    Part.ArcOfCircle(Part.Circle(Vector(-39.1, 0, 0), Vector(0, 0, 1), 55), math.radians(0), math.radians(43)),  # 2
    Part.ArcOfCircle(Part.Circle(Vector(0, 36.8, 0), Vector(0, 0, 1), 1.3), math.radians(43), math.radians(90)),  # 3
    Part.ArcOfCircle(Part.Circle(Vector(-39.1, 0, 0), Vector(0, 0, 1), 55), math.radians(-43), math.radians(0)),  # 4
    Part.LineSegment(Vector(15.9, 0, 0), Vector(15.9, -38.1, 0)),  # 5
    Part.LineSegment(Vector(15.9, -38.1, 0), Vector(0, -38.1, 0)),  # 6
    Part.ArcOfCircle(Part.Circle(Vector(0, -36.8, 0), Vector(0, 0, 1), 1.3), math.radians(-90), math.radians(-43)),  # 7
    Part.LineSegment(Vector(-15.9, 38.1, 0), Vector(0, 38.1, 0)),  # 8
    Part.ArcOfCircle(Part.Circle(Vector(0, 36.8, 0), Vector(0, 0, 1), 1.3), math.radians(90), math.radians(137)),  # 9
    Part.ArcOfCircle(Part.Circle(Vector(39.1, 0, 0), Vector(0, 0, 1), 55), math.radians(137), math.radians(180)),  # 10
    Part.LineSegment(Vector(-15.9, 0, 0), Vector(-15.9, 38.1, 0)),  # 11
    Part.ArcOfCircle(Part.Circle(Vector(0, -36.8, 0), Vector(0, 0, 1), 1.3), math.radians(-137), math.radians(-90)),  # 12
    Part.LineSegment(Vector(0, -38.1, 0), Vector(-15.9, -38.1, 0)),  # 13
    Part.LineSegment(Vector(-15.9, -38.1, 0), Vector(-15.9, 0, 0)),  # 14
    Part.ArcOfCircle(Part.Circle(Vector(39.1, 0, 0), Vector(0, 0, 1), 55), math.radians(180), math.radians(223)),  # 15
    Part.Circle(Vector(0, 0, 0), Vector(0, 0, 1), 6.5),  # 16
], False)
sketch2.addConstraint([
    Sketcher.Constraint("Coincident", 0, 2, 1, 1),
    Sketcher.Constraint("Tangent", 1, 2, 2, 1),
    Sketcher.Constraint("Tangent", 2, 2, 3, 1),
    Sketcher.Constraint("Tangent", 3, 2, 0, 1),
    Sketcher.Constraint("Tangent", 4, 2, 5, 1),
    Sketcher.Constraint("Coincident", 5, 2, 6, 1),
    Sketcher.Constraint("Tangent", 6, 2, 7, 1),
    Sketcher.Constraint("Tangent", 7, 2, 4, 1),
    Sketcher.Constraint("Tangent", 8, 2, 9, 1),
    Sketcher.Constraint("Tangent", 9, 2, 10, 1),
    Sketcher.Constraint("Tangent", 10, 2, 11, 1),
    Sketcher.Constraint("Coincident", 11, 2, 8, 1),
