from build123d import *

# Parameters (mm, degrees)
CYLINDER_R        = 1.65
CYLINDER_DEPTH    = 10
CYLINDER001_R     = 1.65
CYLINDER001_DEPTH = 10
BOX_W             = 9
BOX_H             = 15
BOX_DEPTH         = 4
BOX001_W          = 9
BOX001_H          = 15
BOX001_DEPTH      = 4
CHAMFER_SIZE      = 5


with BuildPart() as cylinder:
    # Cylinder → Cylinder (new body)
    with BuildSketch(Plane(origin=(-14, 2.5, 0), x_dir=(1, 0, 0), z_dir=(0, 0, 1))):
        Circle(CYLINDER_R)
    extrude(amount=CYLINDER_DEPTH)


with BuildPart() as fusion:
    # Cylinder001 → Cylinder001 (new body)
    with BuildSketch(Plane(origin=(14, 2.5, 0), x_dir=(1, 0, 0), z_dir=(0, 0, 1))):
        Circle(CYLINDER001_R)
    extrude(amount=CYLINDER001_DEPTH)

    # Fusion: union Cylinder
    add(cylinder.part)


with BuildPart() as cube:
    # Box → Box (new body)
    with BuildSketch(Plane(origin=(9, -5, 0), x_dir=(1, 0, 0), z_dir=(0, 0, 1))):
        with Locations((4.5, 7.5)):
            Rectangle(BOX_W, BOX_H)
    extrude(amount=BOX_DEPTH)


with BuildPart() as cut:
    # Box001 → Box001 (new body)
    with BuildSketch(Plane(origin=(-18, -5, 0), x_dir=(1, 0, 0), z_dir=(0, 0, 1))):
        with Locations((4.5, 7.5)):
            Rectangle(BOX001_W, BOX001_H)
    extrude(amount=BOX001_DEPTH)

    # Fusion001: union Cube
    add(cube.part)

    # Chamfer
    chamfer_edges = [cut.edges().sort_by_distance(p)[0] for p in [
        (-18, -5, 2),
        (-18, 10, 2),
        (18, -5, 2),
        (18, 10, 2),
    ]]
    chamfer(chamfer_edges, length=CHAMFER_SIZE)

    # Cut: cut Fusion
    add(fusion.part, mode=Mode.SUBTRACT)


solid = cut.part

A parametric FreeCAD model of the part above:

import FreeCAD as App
import Part
import Sketcher

V = App.Vector
Q = App.Units.Quantity


def edges_at(feature, points):
    """Names of the edges that pass closest to the given points."""
    edges = feature.Shape.Edges
    near = lambda p: min(range(len(edges)), key=lambda i: edges[i].distToShape(Part.Vertex(*p))[0])
    return sorted({f"Edge{near(p) + 1}" for p in points})


def add_polygon(sketch, points):
    """Adds a closed chain of lines whose ends are joined by coincident constraints."""
    first, n = sketch.GeometryCount, len(points)
    for a, b in zip(points, points[1:] + points[:1]):
        sketch.addGeometry(Part.LineSegment(App.Vector(*a, 0), App.Vector(*b, 0)), False)
    for i in range(n):
        sketch.addConstraint(Sketcher.Constraint("Coincident", first + i, 2, first + (i + 1) % n, 1))

doc = App.newDocument("Part")
params = doc.addObject("Spreadsheet::Sheet", "Params")
for row, (alias, value) in enumerate([
    ("sketch1_diameter", "3.3 mm"),
    ("pad1_length", "10 mm"),
    ("sketch2_diameter", "3.3 mm"),
    ("pad2_length", "10 mm"),
    ("sketch3_width", "9 mm"),
    ("sketch3_height", "15 mm"),
    ("pad3_length", "4 mm"),
    ("sketch4_width", "9 mm"),
    ("sketch4_height", "15 mm"),
    ("pad4_length", "4 mm"),
    ("chamfer_size", "5 mm"),
], start=1):
    params.set(f"A{row}", alias)
    params.set(f"B{row}", "=" + value)
    params.setAlias(f"B{row}", alias)

body = doc.addObject("PartDesign::Body", "Body")

sketch1 = body.newObject("Sketcher::SketchObject", "Sketch")
sketch1.AttachmentSupport = (doc.getObject("XY_Plane"), [""])
sketch1.MapMode = "FlatFace"
sketch1.addGeometry(Part.Circle(V(-14, 2.5, 0), V(0, 0, 1), 1.6), False)
sketch1.addConstraint([
    Sketcher.Constraint("Diameter", 0, Q("3.3 mm")),
    Sketcher.Constraint("DistanceX", 0, 3, -1, 1, Q("14 mm")),
    Sketcher.Constraint("DistanceY", -1, 1, 0, 3, Q("2.5 mm")),
])
sketch1.setExpression("Constraints[0]", "Params.sketch1_diameter")
pad1 = body.newObject("PartDesign::Pad", "Pad")
pad1.Profile = sketch1
pad1.setExpression("Length", "Params.pad1_length")
body2 = doc.addObject("PartDesign::Body", "Body001")
body2.AllowCompound = True

sketch2 = body2.newObject("Sketcher::SketchObject", "Sketch001")
sketch2.AttachmentSupport = (doc.getObject("XY_Plane001"), [""])
sketch2.MapMode = "FlatFace"
sketch2.addGeometry(Part.Circle(V(14, 2.5, 0), V(0, 0, 1), 1.6), False)
sketch2.addConstraint([
    Sketcher.Constraint("Diameter", 0, Q("3.3 mm")),
    Sketcher.Constraint("DistanceX", -1, 1, 0, 3, Q("14 mm")),
    Sketcher.Constraint("DistanceY", -1, 1, 0, 3, Q("2.5 mm")),
])
sketch2.setExpression("Constraints[0]", "Params.sketch2_diameter")
pad2 = body2.newObject("PartDesign::Pad", "Pad001")
pad2.Profile = sketch2
pad2.setExpression("Length", "Params.pad2_length")
doc.recompute()

boolean = body2.newObject("PartDesign::Boolean", "Boolean")
boolean.Type = "Fuse"
boolean.addObjects([body])
body3 = doc.addObject("PartDesign::Body", "Body002")

sketch3 = body3.newObject("Sketcher::SketchObject", "Sketch002")
sketch3.AttachmentSupport = (doc.getObject("XY_Plane002"), [""])
sketch3.MapMode = "FlatFace"
add_polygon(sketch3, [(9, 10), (9, -5), (18, -5), (18, 10)])
sketch3.addConstraint([
    Sketcher.Constraint("Vertical", 0),
    Sketcher.Constraint("Horizontal", 1),
    Sketcher.Constraint("Vertical", 2),
    Sketcher.Constraint("Horizontal", 3),
    Sketcher.Constraint("DistanceX", 1, 1, 1, 2, Q("9 mm")),
    Sketcher.Constraint("DistanceY", 0, 2, 0, 1, Q("15 mm")),
    Sketcher.Constraint("DistanceX", -1, 1, 0, 2, Q("9 mm")),
    Sketcher.Constraint("DistanceY", 0, 2, -1, 1, Q("5 mm")),
])
sketch3.setExpression("Constraints[8]", "Params.sketch3_width")
sketch3.setExpression("Constraints[9]", "Params.sketch3_height")
pad3 = body3.newObject("PartDesign::Pad", "Pad002")
pad3.Profile = sketch3
pad3.setExpression("Length", "Params.pad3_length")
body4 = doc.addObject("PartDesign::Body", "Body003")
body4.AllowCompound = True

sketch4 = body4.newObject("Sketcher::SketchObject", "Sketch003")
sketch4.AttachmentSupport = (doc.getObject("XY_Plane003"), [""])
sketch4.MapMode = "FlatFace"
add_polygon(sketch4, [(-18, 10), (-18, -5), (-9, -5), (-9, 10)])
sketch4.addConstraint([
    Sketcher.Constraint("Vertical", 0),
    Sketcher.Constraint("Horizontal", 1),
    Sketcher.Constraint("Vertical", 2),
    Sketcher.Constraint("Horizontal", 3),
    Sketcher.Constraint("DistanceX", 1, 1, 1, 2, Q("9 mm")),
    Sketcher.Constraint("DistanceY", 0, 2, 0, 1, Q("15 mm")),
    Sketcher.Constraint("DistanceX", 0, 2, -1, 1, Q("18 mm")),
    Sketcher.Constraint("DistanceY", 0, 2, -1, 1, Q("5 mm")),
])
sketch4.setExpression("Constraints[8]", "Params.sketch4_width")
sketch4.setExpression("Constraints[9]", "Params.sketch4_height")
pad4 = body4.newObject("PartDesign::Pad", "Pad003")
pad4.Profile = sketch4
pad4.setExpression("Length", "Params.pad4_length")
doc.recompute()

boolean2 = body4.newObject("PartDesign::Boolean", "Boolean001")
boolean2.Type = "Fuse"
boolean2.addObjects([body3])
doc.recompute()

chamfer = body4.newObject("PartDesign::Chamfer", "Chamfer")
chamfer.Base = (boolean2, edges_at(boolean2, [
    (-18, -5, 2),
    (-18, 10, 2),
    (18, -5, 2),
    (18, 10, 2),
]))
chamfer.setExpression("Size", "Params.chamfer_size")
doc.recompute()

boolean3 = body4.newObject("PartDesign::Boolean", "Boolean002")
boolean3.Type = "Cut"
boolean3.addObjects([body2])

doc.recompute()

+++

- [Task]:
Go through the material and copy each line in which the word "BuildSketch" occurs.

- [Answer box]:
    with BuildSketch(Plane(origin=(-14, 2.5, 0), x_dir=(1, 0, 0), z_dir=(0, 0, 1))):
    with BuildSketch(Plane(origin=(14, 2.5, 0), x_dir=(1, 0, 0), z_dir=(0, 0, 1))):
    with BuildSketch(Plane(origin=(9, -5, 0), x_dir=(1, 0, 0), z_dir=(0, 0, 1))):
    with BuildSketch(Plane(origin=(-18, -5, 0), x_dir=(1, 0, 0), z_dir=(0, 0, 1))):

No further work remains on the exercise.